Пропаганду свободы сексуального поведения некоторые западные теоретики пытаются объяснить (и оправдать) желанием высвободиться из пут лживой, лицемерной викторианской морали, поскольку та закрепощает человеческие чувства, ущемляет независимость личности. Более того, в бунте обывателя против традиционных норм культуры и морали, сложившихся в пору становления капитализма, они усматривают бунт против буржуазности вообще. Однако современная буржуазия не случайно согласилась идти на поводу этого "бунта" и не только признала последний, но и возглавила его, щедро субсидируя все его новшества.

Истоки того, что сегодня на Западе именуется сексуальной революцией, задолго до ее появления раскрыл В. И. Ленин. "...В эту эпоху, - говорил он в беседе с Кларой Цеткин, - когда рушатся могущественные государства, когда разрываются старые отношения господства, когда начинает гибнуть целый общественный мир, в эту эпоху чувствования отдельного человека быстро видоизменяются. Подхлестывающая жажда разнообразия в наслаждениях легко приобретает безудержную силу. Формы брака и общения полов в буржуазном смысле уже не дают удовлетворения" [Воспоминания о В. И. Ленине. В 5-ти т. М., 1970, т. 5, с. 44.]. Современная "сексуальная революция" отнюдь не связана с потребностью кардинальных общественных изменений и потому никакой реальной угрозы буржуазному господству не песет. Напротив, своей отвлекающей и компенсаторной силой она созвучна важнейшей стратегической цели господствующего класса - любыми средствами удержать массы в подчинении.

Что же происходит со способностью любить в этих условиях? Авторы многочисленных исследований и книг, посвященных проблематике "сексуальной революции", фиксируют довольно прискорбный итог. Снятие запретов, вторжение рекламы в интимные отношения и брачную жизнь повлекло за собой утрату остроты переживания. То, что общедоступно, перестало быть "тайной", не может стать предметом страсти.

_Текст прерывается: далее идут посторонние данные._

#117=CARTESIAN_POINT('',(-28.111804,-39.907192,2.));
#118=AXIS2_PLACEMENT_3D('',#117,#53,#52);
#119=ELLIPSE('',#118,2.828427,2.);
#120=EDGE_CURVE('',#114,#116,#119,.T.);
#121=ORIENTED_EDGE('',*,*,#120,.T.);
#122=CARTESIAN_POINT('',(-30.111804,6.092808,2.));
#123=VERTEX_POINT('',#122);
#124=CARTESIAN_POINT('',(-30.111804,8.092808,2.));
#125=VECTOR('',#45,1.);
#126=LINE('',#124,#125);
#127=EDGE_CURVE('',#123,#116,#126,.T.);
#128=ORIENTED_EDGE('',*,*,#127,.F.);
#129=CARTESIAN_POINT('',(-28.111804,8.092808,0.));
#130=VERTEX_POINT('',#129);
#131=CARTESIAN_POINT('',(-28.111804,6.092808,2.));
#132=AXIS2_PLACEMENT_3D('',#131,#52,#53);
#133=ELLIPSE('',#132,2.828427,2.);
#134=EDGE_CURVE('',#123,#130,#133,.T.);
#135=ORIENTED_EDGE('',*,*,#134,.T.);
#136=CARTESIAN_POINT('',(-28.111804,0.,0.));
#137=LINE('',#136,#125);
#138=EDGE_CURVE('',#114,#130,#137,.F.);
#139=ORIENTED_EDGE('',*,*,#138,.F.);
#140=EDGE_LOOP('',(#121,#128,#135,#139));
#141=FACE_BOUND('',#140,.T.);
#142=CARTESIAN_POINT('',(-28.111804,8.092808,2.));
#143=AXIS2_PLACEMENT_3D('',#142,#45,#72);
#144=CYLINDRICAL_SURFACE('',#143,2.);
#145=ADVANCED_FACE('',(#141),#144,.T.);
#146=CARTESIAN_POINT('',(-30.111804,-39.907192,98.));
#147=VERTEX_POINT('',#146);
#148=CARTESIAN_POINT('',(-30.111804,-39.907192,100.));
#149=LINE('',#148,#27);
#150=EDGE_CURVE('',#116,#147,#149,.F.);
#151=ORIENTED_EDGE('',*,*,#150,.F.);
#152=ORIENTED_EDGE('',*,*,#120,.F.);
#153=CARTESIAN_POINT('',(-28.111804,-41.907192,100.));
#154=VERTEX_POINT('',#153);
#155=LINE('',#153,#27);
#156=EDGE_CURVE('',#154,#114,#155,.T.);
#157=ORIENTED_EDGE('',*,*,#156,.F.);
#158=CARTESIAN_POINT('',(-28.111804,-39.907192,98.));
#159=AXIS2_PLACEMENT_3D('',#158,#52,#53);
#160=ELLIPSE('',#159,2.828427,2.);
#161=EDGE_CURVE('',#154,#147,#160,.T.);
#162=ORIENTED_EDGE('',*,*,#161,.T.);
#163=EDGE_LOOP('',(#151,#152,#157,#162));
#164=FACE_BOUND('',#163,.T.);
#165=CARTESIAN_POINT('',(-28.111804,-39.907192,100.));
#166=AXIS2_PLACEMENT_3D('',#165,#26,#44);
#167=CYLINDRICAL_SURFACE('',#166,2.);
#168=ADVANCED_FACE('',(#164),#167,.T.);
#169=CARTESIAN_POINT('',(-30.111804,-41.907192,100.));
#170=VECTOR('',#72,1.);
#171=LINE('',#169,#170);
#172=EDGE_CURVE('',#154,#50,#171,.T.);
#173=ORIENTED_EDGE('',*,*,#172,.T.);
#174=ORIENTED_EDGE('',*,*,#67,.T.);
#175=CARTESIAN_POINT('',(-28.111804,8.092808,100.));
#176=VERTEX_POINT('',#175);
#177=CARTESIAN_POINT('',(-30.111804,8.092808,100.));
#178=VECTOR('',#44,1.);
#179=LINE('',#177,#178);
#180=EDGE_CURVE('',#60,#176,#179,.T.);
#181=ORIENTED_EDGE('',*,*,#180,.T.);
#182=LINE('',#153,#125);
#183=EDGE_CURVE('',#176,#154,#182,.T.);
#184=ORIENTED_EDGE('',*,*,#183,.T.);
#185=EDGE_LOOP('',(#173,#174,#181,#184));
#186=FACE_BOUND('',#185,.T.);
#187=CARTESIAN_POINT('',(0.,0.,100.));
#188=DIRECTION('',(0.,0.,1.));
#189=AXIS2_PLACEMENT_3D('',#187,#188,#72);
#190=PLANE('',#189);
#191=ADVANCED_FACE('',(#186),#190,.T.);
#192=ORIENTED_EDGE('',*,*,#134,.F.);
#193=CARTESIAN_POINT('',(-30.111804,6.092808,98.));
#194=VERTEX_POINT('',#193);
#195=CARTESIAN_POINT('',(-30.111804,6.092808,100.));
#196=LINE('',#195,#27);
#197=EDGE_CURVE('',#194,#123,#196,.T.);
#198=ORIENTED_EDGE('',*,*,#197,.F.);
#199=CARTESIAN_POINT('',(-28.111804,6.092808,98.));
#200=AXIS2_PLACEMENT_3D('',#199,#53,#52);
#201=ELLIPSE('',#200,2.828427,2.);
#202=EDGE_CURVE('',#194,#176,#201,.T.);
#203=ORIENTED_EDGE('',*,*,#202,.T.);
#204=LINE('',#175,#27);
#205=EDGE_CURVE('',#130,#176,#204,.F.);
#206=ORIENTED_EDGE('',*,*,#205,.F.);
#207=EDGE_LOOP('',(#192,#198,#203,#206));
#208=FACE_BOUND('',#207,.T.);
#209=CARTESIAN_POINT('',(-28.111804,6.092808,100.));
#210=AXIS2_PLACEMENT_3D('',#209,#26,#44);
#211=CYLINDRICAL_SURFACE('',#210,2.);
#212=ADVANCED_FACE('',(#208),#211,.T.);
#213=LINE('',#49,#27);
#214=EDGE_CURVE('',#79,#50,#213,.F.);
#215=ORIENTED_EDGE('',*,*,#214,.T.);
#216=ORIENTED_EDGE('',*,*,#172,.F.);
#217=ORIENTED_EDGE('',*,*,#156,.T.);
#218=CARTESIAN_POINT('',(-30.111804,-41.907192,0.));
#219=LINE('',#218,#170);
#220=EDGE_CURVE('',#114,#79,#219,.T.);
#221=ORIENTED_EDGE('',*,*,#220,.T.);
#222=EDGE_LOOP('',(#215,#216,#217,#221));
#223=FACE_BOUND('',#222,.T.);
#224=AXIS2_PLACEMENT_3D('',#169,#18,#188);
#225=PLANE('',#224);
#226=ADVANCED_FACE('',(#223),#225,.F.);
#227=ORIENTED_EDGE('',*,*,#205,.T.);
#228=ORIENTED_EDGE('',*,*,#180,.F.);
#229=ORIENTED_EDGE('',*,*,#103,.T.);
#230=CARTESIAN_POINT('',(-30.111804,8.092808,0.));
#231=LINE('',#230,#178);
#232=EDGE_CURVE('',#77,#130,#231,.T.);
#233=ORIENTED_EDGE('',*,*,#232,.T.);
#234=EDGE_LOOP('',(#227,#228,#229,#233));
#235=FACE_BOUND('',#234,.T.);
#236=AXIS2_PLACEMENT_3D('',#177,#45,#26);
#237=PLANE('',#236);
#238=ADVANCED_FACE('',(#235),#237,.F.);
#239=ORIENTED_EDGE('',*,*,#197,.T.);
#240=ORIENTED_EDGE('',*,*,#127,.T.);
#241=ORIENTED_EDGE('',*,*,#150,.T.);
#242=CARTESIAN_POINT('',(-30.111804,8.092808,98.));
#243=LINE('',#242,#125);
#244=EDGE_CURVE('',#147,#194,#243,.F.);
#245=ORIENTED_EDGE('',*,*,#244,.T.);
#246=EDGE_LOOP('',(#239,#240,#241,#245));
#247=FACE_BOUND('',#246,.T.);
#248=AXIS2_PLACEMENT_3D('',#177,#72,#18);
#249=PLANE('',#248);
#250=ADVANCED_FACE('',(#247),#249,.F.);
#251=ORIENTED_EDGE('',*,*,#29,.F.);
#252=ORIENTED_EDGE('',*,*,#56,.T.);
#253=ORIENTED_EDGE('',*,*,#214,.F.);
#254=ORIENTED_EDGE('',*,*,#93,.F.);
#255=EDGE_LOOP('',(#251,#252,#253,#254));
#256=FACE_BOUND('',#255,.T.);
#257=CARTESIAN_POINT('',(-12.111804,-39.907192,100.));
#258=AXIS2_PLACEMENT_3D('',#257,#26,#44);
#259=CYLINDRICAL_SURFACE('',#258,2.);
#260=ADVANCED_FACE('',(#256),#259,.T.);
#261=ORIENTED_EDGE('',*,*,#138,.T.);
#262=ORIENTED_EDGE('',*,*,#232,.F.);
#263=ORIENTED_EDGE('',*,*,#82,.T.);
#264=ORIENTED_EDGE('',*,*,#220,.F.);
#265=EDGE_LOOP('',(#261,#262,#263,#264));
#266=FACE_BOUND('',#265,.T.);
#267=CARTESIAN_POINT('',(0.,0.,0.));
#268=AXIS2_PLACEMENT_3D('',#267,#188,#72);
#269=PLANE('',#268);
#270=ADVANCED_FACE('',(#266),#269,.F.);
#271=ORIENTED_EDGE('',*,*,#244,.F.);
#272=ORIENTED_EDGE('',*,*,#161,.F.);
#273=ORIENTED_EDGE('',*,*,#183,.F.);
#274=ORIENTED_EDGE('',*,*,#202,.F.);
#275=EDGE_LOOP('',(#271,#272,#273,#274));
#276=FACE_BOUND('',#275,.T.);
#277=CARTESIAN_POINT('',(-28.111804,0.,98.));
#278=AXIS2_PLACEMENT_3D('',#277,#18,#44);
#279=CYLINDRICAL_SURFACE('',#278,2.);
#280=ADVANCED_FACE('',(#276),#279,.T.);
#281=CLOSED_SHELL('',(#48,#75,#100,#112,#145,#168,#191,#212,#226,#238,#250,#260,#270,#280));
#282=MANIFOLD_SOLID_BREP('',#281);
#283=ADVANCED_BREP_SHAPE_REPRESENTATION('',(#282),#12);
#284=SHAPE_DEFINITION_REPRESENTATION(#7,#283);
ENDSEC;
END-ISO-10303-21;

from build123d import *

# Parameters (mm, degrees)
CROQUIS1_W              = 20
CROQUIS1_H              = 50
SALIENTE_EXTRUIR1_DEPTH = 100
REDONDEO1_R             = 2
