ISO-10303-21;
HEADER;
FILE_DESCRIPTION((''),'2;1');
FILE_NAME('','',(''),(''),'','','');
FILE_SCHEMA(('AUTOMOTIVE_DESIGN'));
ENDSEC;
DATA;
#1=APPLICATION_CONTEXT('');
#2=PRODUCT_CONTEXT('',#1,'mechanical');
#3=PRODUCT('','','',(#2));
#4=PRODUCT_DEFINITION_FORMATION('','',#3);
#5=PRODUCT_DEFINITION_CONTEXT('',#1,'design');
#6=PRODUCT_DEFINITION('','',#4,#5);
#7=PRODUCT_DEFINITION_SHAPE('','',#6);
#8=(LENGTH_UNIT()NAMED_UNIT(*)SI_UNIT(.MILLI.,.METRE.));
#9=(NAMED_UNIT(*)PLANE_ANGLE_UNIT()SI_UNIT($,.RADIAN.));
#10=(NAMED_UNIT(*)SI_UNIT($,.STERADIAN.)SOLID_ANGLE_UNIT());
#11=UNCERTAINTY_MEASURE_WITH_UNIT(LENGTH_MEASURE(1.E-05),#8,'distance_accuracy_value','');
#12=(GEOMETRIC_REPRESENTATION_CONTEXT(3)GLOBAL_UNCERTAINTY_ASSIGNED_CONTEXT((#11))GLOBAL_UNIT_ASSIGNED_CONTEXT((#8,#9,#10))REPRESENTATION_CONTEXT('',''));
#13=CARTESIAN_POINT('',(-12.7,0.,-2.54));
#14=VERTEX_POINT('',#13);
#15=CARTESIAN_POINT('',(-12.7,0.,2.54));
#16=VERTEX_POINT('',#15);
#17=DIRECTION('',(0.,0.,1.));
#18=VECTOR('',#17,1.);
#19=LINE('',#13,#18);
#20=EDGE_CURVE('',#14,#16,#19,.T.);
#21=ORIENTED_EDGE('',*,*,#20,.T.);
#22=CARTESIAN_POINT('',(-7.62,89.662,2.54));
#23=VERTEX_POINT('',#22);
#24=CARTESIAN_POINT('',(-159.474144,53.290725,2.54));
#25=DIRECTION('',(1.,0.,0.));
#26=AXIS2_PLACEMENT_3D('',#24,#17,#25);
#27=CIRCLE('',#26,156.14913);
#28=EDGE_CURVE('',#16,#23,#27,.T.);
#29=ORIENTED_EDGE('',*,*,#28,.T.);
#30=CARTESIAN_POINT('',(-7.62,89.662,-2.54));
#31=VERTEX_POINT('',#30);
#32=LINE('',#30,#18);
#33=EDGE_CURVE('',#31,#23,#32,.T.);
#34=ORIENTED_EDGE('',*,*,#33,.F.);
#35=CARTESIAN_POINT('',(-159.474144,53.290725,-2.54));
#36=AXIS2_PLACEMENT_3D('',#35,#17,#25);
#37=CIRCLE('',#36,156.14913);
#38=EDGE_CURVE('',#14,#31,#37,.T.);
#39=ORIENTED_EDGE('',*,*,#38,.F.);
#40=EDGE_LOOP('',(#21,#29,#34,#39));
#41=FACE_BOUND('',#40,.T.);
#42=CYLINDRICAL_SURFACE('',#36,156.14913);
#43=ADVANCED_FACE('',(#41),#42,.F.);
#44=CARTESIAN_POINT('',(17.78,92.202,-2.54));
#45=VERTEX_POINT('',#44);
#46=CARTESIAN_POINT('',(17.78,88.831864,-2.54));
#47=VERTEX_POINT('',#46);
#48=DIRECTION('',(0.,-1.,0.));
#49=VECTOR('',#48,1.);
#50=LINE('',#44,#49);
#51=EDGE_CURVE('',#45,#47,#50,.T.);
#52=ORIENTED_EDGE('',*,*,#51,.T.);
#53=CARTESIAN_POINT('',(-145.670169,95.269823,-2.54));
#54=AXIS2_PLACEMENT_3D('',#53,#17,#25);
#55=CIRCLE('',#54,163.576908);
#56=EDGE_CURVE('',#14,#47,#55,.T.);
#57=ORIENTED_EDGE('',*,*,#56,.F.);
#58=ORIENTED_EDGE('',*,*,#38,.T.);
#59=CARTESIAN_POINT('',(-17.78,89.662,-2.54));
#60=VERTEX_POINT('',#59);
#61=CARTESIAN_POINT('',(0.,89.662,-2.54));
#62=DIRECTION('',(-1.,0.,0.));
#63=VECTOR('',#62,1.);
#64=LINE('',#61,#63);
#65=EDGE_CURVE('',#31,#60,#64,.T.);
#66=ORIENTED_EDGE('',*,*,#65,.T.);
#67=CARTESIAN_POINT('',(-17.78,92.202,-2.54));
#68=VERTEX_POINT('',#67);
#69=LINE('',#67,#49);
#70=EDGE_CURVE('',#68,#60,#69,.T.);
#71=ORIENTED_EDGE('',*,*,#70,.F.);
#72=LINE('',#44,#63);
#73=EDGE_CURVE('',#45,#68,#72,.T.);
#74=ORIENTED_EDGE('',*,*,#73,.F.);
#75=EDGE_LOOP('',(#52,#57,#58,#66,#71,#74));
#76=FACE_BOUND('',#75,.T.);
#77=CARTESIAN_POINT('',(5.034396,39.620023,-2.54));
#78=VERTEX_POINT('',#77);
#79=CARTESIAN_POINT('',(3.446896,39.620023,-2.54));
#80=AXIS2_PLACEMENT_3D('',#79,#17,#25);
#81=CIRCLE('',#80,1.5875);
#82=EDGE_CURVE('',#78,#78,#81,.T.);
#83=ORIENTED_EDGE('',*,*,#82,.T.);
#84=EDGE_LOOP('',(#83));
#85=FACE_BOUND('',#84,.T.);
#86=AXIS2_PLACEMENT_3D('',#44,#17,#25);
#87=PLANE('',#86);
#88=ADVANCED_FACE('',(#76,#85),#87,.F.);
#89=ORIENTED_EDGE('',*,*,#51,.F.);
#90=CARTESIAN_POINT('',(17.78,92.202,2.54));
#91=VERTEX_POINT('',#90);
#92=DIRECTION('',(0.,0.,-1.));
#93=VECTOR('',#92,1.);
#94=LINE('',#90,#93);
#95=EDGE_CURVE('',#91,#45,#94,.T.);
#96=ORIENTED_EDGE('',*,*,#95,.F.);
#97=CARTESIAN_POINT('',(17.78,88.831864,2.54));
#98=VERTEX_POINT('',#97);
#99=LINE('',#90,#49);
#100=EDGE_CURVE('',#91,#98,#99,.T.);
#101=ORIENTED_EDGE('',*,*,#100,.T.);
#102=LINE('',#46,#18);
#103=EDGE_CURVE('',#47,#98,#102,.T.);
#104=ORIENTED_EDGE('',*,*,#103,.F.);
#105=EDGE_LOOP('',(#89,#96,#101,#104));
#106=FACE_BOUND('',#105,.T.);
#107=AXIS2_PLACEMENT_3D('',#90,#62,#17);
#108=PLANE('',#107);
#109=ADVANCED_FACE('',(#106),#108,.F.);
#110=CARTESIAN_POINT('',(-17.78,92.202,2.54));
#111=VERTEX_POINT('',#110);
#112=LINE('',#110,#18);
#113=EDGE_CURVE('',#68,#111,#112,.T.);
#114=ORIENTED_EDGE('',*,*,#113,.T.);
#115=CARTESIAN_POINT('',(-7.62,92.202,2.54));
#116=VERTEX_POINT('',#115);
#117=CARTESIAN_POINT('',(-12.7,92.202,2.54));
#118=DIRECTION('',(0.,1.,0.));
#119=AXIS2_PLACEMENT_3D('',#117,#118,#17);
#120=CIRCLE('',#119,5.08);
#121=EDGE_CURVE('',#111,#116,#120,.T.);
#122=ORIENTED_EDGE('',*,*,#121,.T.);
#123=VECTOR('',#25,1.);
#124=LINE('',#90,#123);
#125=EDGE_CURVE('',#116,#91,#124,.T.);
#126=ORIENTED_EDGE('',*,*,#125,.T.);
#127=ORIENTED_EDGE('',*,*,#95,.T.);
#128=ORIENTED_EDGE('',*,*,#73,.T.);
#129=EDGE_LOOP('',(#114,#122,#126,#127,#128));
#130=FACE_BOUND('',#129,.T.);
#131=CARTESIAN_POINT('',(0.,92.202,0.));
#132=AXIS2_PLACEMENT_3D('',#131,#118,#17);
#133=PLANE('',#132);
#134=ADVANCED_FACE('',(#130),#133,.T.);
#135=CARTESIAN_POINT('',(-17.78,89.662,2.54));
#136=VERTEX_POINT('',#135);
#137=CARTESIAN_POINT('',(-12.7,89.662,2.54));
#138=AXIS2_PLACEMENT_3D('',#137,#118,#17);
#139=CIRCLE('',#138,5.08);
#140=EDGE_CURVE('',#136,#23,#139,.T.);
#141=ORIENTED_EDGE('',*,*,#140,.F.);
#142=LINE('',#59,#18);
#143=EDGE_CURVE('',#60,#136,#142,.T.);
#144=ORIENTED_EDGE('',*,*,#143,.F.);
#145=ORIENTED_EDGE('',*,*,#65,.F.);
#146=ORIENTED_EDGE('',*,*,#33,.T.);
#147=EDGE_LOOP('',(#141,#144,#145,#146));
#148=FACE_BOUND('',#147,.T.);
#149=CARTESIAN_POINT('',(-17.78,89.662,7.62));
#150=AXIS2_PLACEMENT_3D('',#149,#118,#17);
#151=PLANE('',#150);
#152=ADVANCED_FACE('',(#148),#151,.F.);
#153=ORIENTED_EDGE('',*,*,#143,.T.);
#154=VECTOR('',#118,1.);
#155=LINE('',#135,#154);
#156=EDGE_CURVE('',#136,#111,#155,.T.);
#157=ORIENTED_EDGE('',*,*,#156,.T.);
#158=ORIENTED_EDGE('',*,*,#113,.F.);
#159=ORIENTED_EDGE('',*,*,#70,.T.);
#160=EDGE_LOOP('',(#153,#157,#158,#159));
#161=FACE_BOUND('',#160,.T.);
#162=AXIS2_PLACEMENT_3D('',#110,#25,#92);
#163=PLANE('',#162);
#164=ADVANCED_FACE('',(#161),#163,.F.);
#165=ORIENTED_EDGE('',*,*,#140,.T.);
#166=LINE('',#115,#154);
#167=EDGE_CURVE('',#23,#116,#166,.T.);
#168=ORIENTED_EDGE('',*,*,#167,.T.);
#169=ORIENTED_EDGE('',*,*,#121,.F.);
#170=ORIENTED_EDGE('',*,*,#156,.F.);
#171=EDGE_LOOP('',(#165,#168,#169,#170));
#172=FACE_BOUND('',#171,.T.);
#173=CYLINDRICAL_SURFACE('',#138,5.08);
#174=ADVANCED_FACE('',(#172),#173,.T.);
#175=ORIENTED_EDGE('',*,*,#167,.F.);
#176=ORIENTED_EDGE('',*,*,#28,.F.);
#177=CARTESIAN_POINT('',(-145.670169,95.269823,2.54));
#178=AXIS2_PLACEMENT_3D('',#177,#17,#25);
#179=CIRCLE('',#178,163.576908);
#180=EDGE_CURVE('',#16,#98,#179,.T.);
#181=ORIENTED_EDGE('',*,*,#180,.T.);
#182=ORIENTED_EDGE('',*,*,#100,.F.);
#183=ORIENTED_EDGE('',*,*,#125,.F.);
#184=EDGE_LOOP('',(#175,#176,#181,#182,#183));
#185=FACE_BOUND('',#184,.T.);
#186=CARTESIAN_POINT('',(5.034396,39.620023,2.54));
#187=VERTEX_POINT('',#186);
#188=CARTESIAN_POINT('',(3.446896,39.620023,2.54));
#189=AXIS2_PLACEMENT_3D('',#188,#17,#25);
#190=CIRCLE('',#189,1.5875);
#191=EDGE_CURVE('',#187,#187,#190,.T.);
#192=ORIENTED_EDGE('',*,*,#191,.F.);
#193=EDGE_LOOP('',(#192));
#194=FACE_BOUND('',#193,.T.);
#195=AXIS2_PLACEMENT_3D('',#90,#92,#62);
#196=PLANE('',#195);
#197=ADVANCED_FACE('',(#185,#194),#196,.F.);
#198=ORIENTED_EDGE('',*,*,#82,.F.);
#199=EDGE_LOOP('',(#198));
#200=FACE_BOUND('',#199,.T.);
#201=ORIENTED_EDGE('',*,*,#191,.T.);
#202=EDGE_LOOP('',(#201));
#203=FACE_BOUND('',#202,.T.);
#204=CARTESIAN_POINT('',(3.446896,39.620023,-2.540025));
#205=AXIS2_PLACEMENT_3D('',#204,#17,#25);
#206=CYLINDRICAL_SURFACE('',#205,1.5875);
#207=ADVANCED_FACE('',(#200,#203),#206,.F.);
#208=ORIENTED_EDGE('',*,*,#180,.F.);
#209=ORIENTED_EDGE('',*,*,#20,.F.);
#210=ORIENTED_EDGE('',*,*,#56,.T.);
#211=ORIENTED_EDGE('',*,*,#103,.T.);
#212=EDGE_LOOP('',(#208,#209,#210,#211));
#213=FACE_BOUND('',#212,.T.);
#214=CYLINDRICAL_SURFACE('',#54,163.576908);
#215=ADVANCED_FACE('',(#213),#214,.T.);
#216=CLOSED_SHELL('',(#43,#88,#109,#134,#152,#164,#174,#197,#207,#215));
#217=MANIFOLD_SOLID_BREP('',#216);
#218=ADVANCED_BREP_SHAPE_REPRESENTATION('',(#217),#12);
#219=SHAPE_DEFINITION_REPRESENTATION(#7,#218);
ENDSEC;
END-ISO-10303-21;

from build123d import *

# Parameters (mm, degrees)
SKETCH1_W           = 35.56
SKETCH1_H           = 5.08
BOSS_EXTRUDE1_DEPTH = 92.202
SKETCH4_W           = 10.16
SKETCH4_H           = 2.54
BOSS_EXTRUDE4_DEPTH = 5.08
CUT_EXTRUDE1_DEPTH  = 2.54
CUT_EXTRUDE3_DEPTH  = 95.037990217
SKETCH13_R          = 1.5875
CUT_EXTRUDE4_DEPTH  = 95.037990217


with BuildPart() as part:
    # Sketch1 → Boss-Extrude1 (new body)
    with BuildSketch(Plane(origin=(0, 0, 0), x_dir=(1, 0, 0), z_dir=(0, 1, 0))):
        Rectangle(SKETCH1_W, SKETCH1_H)
    extrude(amount=BOSS_EXTRUDE1_DEPTH)

    # Sketch4 → Boss-Extrude4 (add)
    with BuildSketch(Plane.XY.offset(2.54)):
        with Locations((-12.7, 90.932)):
            Rectangle(SKETCH4_W, SKETCH4_H)
    extrude(amount=BOSS_EXTRUDE4_DEPTH)

    # Sketch5 → Cut-Extrude1 (cut)
    with BuildSketch(Plane(origin=(0, 92.202, 0), x_dir=(1, 0, 0), z_dir=(0, 1, 0))):
        with BuildLine():
            ThreePointArc((-12.7, -7.62), (-16.292102448, -6.132102448), (-17.78, -2.54))
            Line((-17.78, -2.54), (-17.78, -7.62))
            Line((-17.78, -7.62), (-12.7, -7.62))
        make_face()
        with BuildLine():
            Line((-7.62, -7.62), (-7.62, -2.54))
            ThreePointArc((-7.62, -2.54), (-9.107897552, -6.132102448), (-12.7, -7.62))
            Line((-12.7, -7.62), (-7.62, -7.62))
        make_face()
    extrude(amount=-CUT_EXTRUDE1_DEPTH, mode=Mode.SUBTRACT)

    # Sketch7 → Cut-Extrude3 (cut, through all)
    with BuildSketch(Plane.XY.offset(2.54)):
        with BuildLine():
            ThreePointArc((-12.7, 0), (-3.575035086, 44.457914169), (-7.62, 89.662))
            Line((-7.62, 89.662), (-17.78, 89.662))
            Line((-17.78, 89.662), (-17.78, 0))
            Line((-17.78, 0), (-12.7, 0))
        make_face()
        with BuildLine():
            ThreePointArc((17.78, 88.831864431), (9.052257411, 42.18144567), (-12.7, 0))
            Line((-12.7, 0), (17.78, 0))
            Line((17.78, 0), (17.78, 88.831864431))
        make_face()
    extrude(amount=-CUT_EXTRUDE3_DEPTH, mode=Mode.SUBTRACT)

    # Sketch13 → Cut-Extrude4 (cut, through all)
    with BuildSketch(Plane.XY.offset(2.54)):
        with Locations((3.446895522, 39.620022835)):
            Circle(SKETCH13_R)
    extrude(amount=-CUT_EXTRUDE4_DEPTH, mode=Mode.SUBTRACT)


solid = part.part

Ломка традиционных отношений и моральных норм в области пола на почве "потребительского общества" обернулась выхолащиванием чувства любви. Неизбежным следствием кризиса самой способности любить явился расцвет порнографии, ставшей повседневным спутником обывателя, внешним возбудителем для вялой фантазии и бессильного чувства. Об этом можно судить по степени проникновения натурализма в искусство, не только в создаваемое "на потребу", но и в серьезное, занятое постановкой жизненных проблем.